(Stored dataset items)
....
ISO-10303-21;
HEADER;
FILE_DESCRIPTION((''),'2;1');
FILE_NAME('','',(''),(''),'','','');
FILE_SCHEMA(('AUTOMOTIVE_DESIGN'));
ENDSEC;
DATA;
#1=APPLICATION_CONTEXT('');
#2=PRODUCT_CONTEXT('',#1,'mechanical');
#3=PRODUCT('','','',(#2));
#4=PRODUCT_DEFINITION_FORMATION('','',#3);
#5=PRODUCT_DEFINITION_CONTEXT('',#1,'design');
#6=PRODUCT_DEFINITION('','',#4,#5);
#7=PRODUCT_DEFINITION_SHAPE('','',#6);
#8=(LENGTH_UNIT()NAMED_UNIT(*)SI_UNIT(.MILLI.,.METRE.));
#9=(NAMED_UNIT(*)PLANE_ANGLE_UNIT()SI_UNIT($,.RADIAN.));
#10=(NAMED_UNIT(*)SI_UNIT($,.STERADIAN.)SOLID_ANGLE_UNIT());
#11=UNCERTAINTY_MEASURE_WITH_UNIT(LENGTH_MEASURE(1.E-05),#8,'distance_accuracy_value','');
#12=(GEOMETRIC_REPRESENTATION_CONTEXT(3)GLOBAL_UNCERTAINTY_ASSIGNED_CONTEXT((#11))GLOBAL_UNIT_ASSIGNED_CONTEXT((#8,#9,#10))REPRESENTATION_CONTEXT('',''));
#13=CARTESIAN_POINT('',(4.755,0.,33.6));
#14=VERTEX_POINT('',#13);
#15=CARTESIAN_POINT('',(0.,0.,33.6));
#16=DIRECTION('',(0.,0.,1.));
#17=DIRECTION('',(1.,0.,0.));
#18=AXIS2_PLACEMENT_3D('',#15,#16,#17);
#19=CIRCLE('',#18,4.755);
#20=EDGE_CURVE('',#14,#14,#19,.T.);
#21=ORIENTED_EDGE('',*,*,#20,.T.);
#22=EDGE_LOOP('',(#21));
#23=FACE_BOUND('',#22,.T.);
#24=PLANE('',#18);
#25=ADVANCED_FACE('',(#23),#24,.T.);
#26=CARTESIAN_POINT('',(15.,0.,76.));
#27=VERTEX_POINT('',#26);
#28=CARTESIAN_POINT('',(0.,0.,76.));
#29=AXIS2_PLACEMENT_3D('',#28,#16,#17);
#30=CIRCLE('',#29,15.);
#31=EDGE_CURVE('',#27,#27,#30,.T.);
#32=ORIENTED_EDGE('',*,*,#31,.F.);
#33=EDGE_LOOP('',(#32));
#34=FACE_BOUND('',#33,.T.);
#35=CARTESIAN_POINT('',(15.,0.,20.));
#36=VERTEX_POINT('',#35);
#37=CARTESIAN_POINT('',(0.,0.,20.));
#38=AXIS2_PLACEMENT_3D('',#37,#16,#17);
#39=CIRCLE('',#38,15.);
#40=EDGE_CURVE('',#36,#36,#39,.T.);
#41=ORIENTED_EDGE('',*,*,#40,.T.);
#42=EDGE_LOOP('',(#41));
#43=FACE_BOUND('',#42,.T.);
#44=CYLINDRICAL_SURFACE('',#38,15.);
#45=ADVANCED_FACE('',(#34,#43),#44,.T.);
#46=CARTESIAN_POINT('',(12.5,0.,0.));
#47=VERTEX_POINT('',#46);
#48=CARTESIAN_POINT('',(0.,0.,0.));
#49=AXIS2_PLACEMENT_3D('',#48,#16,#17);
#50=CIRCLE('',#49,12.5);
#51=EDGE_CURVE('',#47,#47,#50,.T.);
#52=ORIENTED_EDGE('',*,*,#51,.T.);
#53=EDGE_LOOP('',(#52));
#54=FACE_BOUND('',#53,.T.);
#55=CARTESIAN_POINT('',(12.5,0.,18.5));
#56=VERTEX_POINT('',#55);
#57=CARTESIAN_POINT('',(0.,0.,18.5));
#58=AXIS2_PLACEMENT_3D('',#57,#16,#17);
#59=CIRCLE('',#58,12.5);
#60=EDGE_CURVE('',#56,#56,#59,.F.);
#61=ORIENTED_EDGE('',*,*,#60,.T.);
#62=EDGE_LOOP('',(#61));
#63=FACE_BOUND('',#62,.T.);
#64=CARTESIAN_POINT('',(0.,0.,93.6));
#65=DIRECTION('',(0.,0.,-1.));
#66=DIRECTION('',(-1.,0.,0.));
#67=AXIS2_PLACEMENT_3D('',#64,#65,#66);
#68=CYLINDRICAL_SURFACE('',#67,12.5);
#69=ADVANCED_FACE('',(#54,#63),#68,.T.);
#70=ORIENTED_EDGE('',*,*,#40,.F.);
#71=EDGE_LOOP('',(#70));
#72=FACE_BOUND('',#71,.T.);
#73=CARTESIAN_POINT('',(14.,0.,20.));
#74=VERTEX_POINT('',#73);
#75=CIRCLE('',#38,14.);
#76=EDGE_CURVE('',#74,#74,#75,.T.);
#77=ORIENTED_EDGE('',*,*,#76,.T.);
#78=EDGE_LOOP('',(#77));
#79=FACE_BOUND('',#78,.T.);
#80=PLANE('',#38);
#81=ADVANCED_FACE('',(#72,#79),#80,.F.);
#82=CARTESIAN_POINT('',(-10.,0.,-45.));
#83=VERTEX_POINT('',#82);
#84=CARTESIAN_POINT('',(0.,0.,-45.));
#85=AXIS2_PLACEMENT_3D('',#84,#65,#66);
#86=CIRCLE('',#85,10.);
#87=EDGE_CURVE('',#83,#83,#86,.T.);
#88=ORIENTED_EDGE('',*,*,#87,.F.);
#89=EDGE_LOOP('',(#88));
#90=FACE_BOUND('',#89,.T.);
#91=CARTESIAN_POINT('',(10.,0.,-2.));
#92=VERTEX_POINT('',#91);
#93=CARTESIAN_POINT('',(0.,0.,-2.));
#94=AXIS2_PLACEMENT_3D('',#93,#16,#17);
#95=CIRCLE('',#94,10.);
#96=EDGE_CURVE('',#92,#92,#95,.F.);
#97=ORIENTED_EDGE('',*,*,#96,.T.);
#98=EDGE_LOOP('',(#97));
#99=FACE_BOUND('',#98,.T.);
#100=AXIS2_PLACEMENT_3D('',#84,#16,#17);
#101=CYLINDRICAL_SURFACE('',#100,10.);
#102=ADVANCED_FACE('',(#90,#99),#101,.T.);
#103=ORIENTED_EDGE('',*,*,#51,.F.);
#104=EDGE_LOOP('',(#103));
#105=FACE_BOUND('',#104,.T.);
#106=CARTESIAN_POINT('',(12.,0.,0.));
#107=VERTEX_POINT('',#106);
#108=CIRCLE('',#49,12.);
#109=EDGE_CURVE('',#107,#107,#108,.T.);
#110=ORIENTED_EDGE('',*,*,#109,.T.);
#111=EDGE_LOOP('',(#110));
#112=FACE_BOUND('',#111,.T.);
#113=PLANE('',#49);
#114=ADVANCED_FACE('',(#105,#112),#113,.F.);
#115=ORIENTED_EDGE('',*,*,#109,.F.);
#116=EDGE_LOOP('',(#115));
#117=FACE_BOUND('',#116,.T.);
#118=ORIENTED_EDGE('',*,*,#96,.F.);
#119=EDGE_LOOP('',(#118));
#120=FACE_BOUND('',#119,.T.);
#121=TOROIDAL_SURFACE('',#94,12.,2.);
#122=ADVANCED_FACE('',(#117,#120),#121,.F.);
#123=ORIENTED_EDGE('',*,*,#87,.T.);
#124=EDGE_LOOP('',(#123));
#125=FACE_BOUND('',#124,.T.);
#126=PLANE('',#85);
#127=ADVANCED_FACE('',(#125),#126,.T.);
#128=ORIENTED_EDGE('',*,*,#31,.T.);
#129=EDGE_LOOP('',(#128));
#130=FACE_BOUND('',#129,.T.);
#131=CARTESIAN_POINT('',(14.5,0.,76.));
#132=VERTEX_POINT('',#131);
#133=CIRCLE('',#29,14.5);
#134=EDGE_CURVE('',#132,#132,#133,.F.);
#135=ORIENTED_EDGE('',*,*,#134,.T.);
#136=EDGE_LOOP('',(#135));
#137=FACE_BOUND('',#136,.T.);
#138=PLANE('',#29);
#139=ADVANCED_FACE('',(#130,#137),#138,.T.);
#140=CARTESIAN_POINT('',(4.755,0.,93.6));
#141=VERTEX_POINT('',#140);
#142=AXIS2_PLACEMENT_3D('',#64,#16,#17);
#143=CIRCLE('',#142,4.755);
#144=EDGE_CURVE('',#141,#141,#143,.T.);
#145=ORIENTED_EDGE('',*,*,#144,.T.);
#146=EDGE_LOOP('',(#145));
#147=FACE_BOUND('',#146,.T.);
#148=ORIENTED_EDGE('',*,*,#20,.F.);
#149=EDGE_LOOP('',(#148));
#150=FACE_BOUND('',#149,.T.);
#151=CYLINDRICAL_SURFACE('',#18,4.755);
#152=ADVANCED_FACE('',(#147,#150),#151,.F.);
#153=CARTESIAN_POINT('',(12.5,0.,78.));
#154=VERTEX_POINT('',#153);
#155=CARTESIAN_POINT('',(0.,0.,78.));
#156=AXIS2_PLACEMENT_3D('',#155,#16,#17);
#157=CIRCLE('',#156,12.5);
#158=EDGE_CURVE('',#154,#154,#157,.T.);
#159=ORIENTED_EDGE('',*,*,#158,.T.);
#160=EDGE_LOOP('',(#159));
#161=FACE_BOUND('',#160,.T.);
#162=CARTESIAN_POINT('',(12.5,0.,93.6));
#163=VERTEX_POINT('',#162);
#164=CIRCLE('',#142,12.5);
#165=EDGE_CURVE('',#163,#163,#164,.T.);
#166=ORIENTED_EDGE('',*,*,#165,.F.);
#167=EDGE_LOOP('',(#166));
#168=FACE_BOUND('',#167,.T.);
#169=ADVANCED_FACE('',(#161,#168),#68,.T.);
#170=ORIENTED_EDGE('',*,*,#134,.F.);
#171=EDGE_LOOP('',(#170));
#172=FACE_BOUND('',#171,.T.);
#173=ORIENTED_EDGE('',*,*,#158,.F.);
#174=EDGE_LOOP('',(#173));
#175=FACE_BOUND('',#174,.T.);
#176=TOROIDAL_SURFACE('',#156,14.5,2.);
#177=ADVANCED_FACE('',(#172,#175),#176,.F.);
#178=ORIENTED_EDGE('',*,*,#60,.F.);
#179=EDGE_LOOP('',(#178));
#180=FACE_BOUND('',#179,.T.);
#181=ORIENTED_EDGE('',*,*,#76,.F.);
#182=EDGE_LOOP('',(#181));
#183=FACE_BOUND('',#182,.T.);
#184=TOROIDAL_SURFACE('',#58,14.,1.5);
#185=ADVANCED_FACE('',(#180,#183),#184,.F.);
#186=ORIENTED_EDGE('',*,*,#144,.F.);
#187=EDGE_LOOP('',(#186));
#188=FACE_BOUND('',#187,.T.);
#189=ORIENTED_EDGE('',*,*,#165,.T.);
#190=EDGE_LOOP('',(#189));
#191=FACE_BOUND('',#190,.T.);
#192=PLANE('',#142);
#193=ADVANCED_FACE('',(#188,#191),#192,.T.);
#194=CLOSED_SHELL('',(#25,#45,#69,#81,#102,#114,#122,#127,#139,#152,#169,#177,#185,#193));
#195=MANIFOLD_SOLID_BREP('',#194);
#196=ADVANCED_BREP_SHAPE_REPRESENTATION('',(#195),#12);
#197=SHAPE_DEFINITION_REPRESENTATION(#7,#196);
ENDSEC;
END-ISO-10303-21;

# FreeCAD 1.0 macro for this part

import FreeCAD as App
import Part
import Sketcher


def edges_at(feature, points):
    """Names of the edges that pass closest to the given points."""
    edges = feature.Shape.Edges
    near = lambda p: min(range(len(edges)), key=lambda i: edges[i].distToShape(Part.Vertex(*p))[0])
    return sorted({f"Edge{near(p) + 1}" for p in points})

doc = App.newDocument("Part")
body = doc.addObject("PartDesign::Body", "Body")

# Sketch on XY plane
sketch1 = body.newObject("Sketcher::SketchObject", "Sketch")
sketch1.AttachmentSupport = (doc.getObject("XY_Plane"), [""])
sketch1.MapMode = "FlatFace"
sketch1.addGeometry(Part.Circle(App.Vector(0, 0, 0), App.Vector(0, 0, 1), 12), False)
sketch1.addConstraint([
    Sketcher.Constraint("Coincident", 0, 3, -1, 1),
    Sketcher.Constraint("Diameter", 0, 25.0),
])
pad1 = body.newObject("PartDesign::Pad", "Pad")
pad1.Profile = sketch1
pad1.Length = 93.6

# Sketch on XY plane
sketch2 = body.newObject("Sketcher::SketchObject", "Sketch001")
sketch2.AttachmentSupport = (doc.getObject("XY_Plane"), [""])
sketch2.MapMode = "FlatFace"
sketch2.AttachmentOffset = App.Placement(App.Vector(0, 0, 76), App.Rotation())
sketch2.addGeometry(Part.Circle(App.Vector(0, 0, 0), App.Vector(0, 0, 1), 15), False)
sketch2.addConstraint([
    Sketcher.Constraint("Coincident", 0, 3, -1, 1),
    Sketcher.Constraint("Diameter", 0, 30.0),
])
pad2 = body.newObject("PartDesign::Pad", "Pad001")
pad2.Profile = sketch2
pad2.Length = 56
pad2.Reversed = True

# Sketch on XY plane
sketch3 = body.newObject("Sketcher::SketchObject", "Sketch002")
sketch3.AttachmentSupport = (doc.getObject("XY_Plane"), [""])
sketch3.MapMode = "FlatFace"
sketch3.addGeometry(Part.Circle(App.Vector(0, 0, 0), App.Vector(0, 0, 1), 10), False)
sketch3.addConstraint([
    Sketcher.Constraint("Coincident", 0, 3, -1, 1),
    Sketcher.Constraint("Diameter", 0, 20.0),
])
pad3 = body.newObject("PartDesign::Pad", "Pad002")
pad3.Profile = sketch3
pad3.Length = 45
pad3.Reversed = True

# Sketch on XY plane
sketch4 = body.newObject("Sketcher::SketchObject", "Sketch003")
sketch4.AttachmentSupport = (doc.getObject("XY_Plane"), [""])
sketch4.MapMode = "FlatFace"
sketch4.AttachmentOffset = App.Placement(App.Vector(0, 0, 93.6), App.Rotation())
sketch4.addGeometry(Part.Circle(App.Vector(0, 0, 0), App.Vector(0, 0, 1), 4.8), False)
sketch4.addConstraint([
    Sketcher.Constraint("Coincident", 0, 3, -1, 1),
    Sketcher.Constraint("Diameter", 0, 9.51),
])
pocket1 = body.newObject("PartDesign::Pocket", "Pocket")
pocket1.Profile = sketch4
pocket1.Length = 60
doc.recompute()

fillet = body.newObject("PartDesign::Fillet", "Fillet")
fillet.Base = (pocket1, edges_at(pocket1, [(-12.5, 0, 76)]))
fillet.Radius = 2
doc.recompute()

fillet2 = body.newObject("PartDesign::Fillet", "Fillet001")
fillet2.Base = (fillet, edges_at(fillet, [(-12.5, 0, 20)]))
fillet2.Radius = 1.5
doc.recompute()

fillet3 = body.newObject("PartDesign::Fillet", "Fillet002")
fillet3.Base = (fillet2, edges_at(fillet2, [(10, 0, 0)]))
fillet3.Radius = 2

doc.recompute()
....
> [EXERCISE DIRECTIONS]: When you reach the line holding "#81=ADVANCED_FACE('',(#72,#79),#80,.F.);" in the records above, begin reproducing exactly, stop after the line holding "#98=EDGE_LOOP('',(#97));", and output nothing else.

> [SOLUTION FOR THIS PROBLEM]:
#81=ADVANCED_FACE('',(#72,#79),#80,.F.);
#82=CARTESIAN_POINT('',(-10.,0.,-45.));
#83=VERTEX_POINT('',#82);
#84=CARTESIAN_POINT('',(0.,0.,-45.));
#85=AXIS2_PLACEMENT_3D('',#84,#65,#66);
#86=CIRCLE('',#85,10.);
#87=EDGE_CURVE('',#83,#83,#86,.T.);
#88=ORIENTED_EDGE('',*,*,#87,.F.);
#89=EDGE_LOOP('',(#88));
#90=FACE_BOUND('',#89,.T.);
#91=CARTESIAN_POINT('',(10.,0.,-2.));
#92=VERTEX_POINT('',#91);
#93=CARTESIAN_POINT('',(0.,0.,-2.));
#94=AXIS2_PLACEMENT_3D('',#93,#16,#17);
#95=CIRCLE('',#94,10.);
#96=EDGE_CURVE('',#92,#92,#95,.F.);
#97=ORIENTED_EDGE('',*,*,#96,.T.);
#98=EDGE_LOOP('',(#97));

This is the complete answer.